The International Workshop on Computational Methods for Online Discourse Analysis (BeyondFacts) co-located with the 31st ACM International Web Conference aims to further research that uses computational methods to discover data on the Internet, or, in other words, content and sources spreading information on the Internet; this conference features strong interdisciplinary research that can assist these computational methods, such as communication studies and computational linguistics. They aim to strengthen relationships between disparate scientific disciplines, so that web mining can be further improved by interdisciplinary research. The range of topics that the conference features are:

  • Discourse analysis
  • Social we mining
  • Argumentation mining
  • Computational fact-checking
  • Mis-and dis-information spread
  • Bias and controversy detection and analysis
  • Stance / viewpoint detection and representation
  • Opinion mining
  • Rumour, propaganda and hate-speech detection
  • Computational journalism

From 13 to 17 May, 2024, the 4th BeyondFacts conference will be held in Singapore. There Mayor Inna Gurung, Md Monoraual Islam Bhuiyan, Ahmed Al-Taweel, and Dr. Nitin Agarwal will present their research titled “Decoding YouTube’s Recommendation System: A Comparative Study of Metadata and GPT-4 Extracted Narratives.” This research uses AI and natural language processing (NLP)  to examine videos on YouTube about the South China Sea dispute. 

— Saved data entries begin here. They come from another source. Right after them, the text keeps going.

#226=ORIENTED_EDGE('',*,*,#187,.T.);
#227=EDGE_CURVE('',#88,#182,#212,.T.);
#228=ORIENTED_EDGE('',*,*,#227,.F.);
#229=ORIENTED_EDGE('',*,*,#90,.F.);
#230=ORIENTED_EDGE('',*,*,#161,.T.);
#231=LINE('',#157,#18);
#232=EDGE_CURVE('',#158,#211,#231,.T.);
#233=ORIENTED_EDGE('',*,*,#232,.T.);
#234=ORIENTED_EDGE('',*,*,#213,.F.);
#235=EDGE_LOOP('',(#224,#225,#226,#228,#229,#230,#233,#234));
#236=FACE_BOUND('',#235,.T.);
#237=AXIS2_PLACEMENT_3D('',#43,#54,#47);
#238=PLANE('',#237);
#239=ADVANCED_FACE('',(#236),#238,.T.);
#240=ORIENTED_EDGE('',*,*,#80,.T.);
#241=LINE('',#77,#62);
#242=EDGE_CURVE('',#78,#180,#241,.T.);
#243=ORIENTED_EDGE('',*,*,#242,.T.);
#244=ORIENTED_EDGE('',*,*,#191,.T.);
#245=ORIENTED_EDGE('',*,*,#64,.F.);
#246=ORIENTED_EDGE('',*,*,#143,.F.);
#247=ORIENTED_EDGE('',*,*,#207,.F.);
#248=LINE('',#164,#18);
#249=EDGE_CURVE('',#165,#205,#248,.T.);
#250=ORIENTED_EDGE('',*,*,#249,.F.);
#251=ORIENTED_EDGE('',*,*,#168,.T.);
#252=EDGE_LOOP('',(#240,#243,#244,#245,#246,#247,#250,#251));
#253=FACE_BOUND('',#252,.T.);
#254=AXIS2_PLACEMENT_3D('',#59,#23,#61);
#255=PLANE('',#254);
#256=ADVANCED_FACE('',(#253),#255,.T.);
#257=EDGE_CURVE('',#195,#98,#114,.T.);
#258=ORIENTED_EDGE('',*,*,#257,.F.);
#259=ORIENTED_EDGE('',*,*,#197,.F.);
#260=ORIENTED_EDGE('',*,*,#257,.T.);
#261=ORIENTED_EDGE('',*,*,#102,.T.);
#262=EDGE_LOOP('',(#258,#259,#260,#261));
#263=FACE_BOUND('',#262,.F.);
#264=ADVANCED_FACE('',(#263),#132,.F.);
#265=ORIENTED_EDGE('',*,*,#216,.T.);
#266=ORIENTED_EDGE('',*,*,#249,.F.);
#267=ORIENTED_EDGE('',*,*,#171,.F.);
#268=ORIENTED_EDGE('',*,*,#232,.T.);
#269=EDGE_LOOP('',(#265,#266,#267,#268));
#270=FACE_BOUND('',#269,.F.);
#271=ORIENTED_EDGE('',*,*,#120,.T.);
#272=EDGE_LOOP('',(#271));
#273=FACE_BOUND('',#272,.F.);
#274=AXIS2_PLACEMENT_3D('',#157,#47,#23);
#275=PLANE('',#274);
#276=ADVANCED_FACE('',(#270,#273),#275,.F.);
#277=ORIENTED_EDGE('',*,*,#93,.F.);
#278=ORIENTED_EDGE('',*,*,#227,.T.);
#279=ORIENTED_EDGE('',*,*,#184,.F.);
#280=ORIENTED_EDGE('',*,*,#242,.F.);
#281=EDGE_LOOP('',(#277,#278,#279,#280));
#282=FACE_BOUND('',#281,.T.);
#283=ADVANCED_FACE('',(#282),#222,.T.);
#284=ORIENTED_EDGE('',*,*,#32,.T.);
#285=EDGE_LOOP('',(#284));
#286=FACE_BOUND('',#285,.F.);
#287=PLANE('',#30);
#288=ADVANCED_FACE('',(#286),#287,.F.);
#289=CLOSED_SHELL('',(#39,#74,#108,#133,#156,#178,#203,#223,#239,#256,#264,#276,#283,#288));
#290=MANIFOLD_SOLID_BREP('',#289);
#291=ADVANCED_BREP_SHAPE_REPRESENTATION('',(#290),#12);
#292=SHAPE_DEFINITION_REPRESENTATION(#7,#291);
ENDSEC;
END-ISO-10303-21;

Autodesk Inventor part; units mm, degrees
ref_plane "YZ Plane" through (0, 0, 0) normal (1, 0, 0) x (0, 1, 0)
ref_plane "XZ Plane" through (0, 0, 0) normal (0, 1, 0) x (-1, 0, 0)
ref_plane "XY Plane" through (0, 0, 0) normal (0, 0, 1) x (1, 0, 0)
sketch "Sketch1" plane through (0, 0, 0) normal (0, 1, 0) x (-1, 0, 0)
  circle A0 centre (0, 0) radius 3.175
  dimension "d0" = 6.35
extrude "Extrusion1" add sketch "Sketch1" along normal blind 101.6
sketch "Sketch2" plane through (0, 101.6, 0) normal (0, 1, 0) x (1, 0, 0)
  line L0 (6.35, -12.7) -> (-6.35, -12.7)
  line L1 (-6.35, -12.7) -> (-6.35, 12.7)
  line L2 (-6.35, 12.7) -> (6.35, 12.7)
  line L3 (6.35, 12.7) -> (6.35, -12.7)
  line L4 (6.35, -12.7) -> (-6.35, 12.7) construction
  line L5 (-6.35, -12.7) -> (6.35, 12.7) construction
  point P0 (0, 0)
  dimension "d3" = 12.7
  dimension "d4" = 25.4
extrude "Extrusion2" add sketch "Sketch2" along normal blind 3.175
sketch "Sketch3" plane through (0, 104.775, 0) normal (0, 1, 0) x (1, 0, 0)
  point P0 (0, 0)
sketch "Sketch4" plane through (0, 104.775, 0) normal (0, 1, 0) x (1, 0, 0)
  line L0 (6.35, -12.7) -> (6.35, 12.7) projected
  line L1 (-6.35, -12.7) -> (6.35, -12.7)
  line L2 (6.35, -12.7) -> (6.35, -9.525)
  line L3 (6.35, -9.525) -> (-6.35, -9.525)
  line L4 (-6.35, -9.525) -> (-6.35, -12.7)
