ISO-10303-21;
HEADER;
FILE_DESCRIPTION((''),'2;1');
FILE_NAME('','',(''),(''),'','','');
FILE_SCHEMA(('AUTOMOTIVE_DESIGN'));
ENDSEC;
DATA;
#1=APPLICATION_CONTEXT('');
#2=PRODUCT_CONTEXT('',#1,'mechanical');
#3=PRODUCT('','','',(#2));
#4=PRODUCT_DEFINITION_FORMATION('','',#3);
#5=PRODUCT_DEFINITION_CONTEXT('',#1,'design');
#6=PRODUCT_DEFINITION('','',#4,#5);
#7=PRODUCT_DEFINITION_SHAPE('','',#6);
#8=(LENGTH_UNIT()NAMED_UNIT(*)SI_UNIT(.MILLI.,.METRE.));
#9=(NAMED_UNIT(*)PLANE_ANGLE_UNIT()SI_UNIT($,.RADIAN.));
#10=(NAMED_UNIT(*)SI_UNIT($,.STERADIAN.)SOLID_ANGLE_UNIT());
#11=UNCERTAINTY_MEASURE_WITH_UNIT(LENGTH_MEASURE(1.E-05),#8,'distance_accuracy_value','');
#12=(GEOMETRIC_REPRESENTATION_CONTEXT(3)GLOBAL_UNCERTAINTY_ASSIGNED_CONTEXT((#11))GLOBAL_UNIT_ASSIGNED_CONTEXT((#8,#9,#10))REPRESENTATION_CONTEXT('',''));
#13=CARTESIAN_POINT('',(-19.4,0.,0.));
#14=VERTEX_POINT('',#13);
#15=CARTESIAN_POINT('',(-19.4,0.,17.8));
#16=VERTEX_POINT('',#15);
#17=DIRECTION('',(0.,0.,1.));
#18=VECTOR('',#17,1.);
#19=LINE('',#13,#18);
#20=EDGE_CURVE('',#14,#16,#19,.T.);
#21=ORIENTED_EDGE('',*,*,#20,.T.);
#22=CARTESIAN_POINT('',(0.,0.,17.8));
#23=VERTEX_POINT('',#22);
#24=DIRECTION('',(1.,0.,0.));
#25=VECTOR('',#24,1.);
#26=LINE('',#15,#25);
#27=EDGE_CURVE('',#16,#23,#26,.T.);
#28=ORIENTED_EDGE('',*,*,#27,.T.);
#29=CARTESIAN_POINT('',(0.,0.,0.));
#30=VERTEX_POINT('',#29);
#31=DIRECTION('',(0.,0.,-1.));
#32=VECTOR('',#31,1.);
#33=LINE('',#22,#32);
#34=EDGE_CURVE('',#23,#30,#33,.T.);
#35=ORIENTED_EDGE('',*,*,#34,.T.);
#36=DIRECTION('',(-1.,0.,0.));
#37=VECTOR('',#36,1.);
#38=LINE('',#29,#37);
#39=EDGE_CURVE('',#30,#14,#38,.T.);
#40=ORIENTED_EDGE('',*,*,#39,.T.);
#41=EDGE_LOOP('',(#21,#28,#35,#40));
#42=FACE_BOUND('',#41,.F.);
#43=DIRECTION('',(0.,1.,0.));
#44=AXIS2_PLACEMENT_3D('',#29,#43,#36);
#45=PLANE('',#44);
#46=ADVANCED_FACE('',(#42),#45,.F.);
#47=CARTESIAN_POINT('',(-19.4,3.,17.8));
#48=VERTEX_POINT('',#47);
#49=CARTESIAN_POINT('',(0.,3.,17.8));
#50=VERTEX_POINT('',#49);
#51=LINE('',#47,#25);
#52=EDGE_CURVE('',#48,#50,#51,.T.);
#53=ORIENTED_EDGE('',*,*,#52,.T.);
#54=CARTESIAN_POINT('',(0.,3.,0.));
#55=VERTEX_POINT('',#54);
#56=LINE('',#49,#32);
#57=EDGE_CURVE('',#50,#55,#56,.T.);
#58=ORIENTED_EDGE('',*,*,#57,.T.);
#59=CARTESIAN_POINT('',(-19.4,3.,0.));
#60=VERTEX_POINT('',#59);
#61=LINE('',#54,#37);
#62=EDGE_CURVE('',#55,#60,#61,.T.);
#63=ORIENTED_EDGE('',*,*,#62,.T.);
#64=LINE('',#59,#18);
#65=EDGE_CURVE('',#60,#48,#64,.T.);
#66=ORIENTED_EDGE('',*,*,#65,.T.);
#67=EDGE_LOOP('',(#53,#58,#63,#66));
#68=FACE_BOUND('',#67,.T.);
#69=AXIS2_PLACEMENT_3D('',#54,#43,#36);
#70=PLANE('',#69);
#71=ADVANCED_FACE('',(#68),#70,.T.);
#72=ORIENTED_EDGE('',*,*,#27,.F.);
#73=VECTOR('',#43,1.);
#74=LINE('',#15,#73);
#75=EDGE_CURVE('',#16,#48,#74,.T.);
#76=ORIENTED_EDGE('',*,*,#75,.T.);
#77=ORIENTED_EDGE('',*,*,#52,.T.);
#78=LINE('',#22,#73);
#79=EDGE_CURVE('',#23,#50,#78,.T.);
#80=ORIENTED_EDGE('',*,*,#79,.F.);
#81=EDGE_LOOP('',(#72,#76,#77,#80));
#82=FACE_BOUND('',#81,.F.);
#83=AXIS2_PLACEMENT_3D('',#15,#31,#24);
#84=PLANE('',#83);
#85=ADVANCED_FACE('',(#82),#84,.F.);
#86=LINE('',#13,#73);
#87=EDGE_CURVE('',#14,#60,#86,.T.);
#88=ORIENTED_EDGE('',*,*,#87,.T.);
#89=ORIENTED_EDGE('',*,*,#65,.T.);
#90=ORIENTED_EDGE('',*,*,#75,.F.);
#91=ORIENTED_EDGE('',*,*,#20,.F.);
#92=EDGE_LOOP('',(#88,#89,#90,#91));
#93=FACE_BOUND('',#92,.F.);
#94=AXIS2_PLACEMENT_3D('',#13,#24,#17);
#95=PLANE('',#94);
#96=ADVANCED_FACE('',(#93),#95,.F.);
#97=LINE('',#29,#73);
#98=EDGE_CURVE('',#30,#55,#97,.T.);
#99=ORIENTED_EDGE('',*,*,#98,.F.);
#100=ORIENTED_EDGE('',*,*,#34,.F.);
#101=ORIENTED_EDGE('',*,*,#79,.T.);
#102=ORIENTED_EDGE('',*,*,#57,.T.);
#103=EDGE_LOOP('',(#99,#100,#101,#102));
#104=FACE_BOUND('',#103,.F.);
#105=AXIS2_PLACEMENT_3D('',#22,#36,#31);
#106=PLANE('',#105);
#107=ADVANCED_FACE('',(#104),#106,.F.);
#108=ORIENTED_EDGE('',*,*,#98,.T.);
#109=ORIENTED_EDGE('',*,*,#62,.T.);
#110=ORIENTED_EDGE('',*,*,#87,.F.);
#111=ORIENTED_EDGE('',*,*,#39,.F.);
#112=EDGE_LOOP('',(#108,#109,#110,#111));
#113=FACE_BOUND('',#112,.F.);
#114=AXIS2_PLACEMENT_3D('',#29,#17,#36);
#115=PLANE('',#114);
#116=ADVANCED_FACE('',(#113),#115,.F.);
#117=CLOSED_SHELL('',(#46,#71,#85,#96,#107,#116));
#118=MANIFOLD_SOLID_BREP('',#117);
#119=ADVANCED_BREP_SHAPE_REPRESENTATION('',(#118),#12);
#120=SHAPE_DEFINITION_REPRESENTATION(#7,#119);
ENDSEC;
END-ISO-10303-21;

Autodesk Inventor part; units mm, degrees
ref_plane "YZ Plane" through (0, 0, 0) normal (1, 0, 0) x (0, 1, 0)
ref_plane "XZ Plane" through (0, 0, 0) normal (0, 1, 0) x (-1, 0, 0)
ref_plane "XY Plane" through (0, 0, 0) normal (0, 0, 1) x (1, 0, 0)
sketch "Sketch1" plane through (0, 0, 0) normal (0, 1, 0) x (-1, 0, 0)
  line L0 (19.4, 17.8) -> (0, 17.8)
  line L1 (0, 17.8) -> (0, 0)
  line L2 (0, 0) -> (19.4, 0)
  line L3 (19.4, 0) -> (19.4, 17.8)
  dimension "d0" = 19.4
  dimension "d1" = 17.8
extrude "Extrusion1" add sketch "Sketch1" along normal blind 3
properties part number "class D Amp" material "ABS Plastic"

“The study reveals several interesting facets. First, it shows narratives are more meaningful to analyze than just the video titles or descriptions. Second, the study sheds light on the inherent bias in the YouTube recommendation algorithm that is more visible when narratives are analyzed as compared to just the video title and description. These findings are helpful for developing efforts to de-bias the algorithms and assist in understanding strategic manipulation of algorithmic bias,” Dr. Agarwal said.

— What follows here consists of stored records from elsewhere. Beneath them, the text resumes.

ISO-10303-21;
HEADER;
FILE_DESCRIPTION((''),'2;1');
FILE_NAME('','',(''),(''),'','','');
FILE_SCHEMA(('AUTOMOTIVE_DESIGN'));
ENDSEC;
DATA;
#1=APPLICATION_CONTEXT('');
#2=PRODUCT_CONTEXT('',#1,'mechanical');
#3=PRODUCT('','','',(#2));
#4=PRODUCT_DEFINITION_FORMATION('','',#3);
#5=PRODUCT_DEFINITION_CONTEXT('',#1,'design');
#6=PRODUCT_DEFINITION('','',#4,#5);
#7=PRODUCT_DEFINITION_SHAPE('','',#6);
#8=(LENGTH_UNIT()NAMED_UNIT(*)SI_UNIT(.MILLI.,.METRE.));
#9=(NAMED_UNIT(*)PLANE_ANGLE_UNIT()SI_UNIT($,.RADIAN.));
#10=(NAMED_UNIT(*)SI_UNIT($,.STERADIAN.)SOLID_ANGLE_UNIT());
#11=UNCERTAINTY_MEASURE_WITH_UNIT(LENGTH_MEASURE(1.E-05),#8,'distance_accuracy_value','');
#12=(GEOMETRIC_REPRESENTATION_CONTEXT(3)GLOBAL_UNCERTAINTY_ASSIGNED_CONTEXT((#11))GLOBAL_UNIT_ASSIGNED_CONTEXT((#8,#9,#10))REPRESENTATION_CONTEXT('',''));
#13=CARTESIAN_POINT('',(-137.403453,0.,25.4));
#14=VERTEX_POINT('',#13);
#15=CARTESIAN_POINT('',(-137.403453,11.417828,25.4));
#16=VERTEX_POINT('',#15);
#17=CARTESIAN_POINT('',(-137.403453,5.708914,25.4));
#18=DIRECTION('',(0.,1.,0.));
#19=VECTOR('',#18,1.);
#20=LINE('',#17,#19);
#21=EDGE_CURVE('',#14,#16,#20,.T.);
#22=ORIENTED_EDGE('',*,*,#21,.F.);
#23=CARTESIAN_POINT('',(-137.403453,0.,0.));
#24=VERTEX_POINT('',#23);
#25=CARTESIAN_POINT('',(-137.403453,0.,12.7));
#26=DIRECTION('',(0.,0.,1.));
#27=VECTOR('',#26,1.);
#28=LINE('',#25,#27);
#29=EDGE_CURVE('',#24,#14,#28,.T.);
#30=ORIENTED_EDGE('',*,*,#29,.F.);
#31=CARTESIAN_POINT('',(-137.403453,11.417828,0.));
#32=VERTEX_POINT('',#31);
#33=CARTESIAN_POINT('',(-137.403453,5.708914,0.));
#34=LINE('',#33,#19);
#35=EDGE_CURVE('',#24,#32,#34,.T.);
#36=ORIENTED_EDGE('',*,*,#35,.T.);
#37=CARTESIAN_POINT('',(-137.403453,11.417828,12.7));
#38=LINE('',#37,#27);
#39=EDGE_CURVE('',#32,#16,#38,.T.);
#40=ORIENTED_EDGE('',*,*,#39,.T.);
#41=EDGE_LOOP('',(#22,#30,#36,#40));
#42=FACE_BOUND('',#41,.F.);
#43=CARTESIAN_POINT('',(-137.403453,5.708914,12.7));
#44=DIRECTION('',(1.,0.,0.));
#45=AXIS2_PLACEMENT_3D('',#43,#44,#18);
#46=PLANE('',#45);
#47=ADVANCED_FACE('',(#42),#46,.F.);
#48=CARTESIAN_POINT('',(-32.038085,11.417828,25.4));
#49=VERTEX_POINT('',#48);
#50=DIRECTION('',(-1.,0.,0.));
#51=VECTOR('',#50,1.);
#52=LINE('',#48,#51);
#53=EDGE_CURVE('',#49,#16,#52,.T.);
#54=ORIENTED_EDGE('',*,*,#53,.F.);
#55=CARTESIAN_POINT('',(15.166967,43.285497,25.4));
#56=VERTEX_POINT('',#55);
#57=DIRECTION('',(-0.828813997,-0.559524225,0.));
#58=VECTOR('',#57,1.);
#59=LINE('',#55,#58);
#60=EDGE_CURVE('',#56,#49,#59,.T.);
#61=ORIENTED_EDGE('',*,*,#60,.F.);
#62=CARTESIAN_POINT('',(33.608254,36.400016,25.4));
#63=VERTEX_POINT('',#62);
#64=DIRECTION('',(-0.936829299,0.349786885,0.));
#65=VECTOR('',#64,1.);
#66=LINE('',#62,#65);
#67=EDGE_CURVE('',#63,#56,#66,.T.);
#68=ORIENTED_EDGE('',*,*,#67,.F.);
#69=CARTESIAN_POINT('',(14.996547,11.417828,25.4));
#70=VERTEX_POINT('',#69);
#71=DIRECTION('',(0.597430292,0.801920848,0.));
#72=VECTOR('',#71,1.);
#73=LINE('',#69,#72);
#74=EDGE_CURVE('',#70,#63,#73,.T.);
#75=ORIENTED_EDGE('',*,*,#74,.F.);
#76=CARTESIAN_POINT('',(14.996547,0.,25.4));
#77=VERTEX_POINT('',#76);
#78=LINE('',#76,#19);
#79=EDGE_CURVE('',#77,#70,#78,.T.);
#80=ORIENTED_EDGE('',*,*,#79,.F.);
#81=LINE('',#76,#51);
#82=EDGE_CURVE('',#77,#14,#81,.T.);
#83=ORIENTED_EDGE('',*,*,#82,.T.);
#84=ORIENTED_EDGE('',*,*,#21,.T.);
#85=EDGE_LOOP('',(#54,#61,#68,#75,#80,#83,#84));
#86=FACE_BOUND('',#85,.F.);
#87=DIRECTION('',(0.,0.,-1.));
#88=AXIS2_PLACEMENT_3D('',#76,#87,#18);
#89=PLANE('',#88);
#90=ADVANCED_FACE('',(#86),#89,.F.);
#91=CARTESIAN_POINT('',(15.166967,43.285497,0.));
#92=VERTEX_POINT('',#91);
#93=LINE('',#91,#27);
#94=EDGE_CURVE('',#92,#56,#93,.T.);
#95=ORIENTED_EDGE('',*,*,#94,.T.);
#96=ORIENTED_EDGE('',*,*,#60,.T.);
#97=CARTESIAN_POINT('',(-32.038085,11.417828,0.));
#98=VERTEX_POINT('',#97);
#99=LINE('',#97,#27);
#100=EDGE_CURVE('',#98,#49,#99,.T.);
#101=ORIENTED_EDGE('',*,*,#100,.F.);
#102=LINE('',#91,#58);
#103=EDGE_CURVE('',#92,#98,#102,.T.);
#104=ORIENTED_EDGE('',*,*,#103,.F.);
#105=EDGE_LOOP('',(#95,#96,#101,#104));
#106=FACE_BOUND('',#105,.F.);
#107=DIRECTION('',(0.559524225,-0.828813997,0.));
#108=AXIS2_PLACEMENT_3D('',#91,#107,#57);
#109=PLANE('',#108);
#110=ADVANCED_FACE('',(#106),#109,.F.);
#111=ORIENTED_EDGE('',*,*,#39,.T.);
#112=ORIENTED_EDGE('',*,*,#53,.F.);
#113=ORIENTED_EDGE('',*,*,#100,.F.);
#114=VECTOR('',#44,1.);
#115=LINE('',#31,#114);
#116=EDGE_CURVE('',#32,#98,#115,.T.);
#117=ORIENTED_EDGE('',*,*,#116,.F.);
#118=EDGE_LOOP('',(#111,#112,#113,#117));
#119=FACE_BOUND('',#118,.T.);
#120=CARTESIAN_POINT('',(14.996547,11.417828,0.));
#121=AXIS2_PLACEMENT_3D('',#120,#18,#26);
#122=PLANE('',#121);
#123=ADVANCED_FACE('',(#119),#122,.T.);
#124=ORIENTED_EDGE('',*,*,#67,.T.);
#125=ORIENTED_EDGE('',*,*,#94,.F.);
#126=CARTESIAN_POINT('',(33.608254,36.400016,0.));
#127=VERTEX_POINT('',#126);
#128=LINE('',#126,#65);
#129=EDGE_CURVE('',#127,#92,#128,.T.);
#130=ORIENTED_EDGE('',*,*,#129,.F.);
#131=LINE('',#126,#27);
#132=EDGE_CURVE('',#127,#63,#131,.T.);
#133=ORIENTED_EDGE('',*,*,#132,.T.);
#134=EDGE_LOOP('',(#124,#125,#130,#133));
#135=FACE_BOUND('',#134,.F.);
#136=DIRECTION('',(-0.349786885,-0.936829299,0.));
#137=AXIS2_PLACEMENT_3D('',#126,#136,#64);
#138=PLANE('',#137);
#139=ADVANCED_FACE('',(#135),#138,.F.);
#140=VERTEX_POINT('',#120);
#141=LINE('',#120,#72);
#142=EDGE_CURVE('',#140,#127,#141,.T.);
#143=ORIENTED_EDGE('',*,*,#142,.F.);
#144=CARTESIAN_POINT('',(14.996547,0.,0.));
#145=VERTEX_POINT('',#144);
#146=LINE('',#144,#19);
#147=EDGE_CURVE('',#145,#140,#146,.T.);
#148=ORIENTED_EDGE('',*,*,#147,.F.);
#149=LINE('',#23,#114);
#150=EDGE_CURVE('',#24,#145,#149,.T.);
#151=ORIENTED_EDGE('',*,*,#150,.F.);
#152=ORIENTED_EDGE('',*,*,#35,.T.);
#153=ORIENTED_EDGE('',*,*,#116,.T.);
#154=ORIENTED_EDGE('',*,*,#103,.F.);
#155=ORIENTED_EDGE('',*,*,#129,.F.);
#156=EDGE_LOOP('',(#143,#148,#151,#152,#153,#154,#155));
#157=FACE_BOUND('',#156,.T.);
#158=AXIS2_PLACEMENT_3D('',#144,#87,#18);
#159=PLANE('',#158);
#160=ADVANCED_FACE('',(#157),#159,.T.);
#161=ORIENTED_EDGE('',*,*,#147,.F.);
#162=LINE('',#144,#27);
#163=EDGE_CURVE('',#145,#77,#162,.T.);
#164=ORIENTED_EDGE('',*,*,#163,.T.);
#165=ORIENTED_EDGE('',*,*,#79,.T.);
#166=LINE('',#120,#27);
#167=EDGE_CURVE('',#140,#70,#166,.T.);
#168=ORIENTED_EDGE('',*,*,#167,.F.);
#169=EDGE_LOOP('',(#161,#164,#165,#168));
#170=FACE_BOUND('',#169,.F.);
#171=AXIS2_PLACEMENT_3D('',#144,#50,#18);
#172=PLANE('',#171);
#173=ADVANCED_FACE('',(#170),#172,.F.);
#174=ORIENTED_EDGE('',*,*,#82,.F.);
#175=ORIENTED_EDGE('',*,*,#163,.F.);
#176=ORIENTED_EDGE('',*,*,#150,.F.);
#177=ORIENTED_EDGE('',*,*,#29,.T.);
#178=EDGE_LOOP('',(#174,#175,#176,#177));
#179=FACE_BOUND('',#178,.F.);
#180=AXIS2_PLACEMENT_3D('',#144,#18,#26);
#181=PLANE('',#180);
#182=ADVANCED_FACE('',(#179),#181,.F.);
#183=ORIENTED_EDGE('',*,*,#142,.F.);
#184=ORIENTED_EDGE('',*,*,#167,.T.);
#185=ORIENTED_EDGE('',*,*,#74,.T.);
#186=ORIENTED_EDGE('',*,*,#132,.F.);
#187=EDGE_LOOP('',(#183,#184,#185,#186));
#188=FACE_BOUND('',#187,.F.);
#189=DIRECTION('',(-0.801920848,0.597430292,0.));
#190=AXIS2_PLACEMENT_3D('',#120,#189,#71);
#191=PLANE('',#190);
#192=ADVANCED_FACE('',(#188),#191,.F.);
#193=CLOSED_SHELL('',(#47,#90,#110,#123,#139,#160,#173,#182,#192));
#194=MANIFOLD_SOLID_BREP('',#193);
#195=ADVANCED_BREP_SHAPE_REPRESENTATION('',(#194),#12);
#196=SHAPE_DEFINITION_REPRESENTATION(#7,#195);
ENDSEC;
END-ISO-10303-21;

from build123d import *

# Parameters (mm, degrees)
F1_DEPTH  = 25.4
F1_FACE_W = 11.417828
F1_FACE_H = 25.4
F2_DEPTH  = 152.4


with BuildPart() as f1:
    # F0 (on Top) → F1 (new body)
    with BuildSketch(Plane.XY):
        Polygon((-64.757831, 0), (14.996547, 0), (14.996547, 11.417828), (-32.038085, 11.417828), (-64.757831, 11.417828), align=None)
        Polygon((-32.038085, 11.417828), (14.996547, 11.417828), (33.608254, 36.400016), (15.166967, 43.285497), align=None)
    extrude(amount=F1_DEPTH)

    # F1_face (on face) → F2 (join)
    with BuildSketch(Plane(origin=(14.996547, 5.708914, 12.7), x_dir=(0, 1, 0), z_dir=(1, 0, 0))):
        Rectangle(F1_FACE_W, F1_FACE_H)
    extrude(amount=-F2_DEPTH)


solid = f1.part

Notably, they found that recommended videos shifted from neutral to positive sentiments, from negative to positive emotions, and from more to less toxicity. These findings—beyond establishing the nature of the videos themselves—seem to indicate that, the deeper the user’s engagement, the more their toxicity and sentimental and emotional expressions are affected. They also illustrate that evaluating drift solely upon metadata like video titles can lead to incomplete or inaccurate characterizations of the video content, as Mayor Inna explains, saying, “We discovered that relying solely on titles and metadata may not always provide an accurate representation of the content within a video.” Video titles showed little change in sentiment, emotion, and toxicity, while video transcripts showed dramatic changes and trends in sentiment, emotion, and toxicity. “Our findings emphasize the importance of delving deeper into the actual video content rather than solely relying on surface-level metadata,” says Mayor Inna.

“Narrative analysis plays a crucial role in computationally extracting narratives,” explains Mayor Inna. “With the utilization of large language models like GPT, we’ve unlocked the ability to extract narratives from a wide range of content, and an excellent example of the need for such an advanced approach is the South China dispute, a pressing and continually evolving issue.”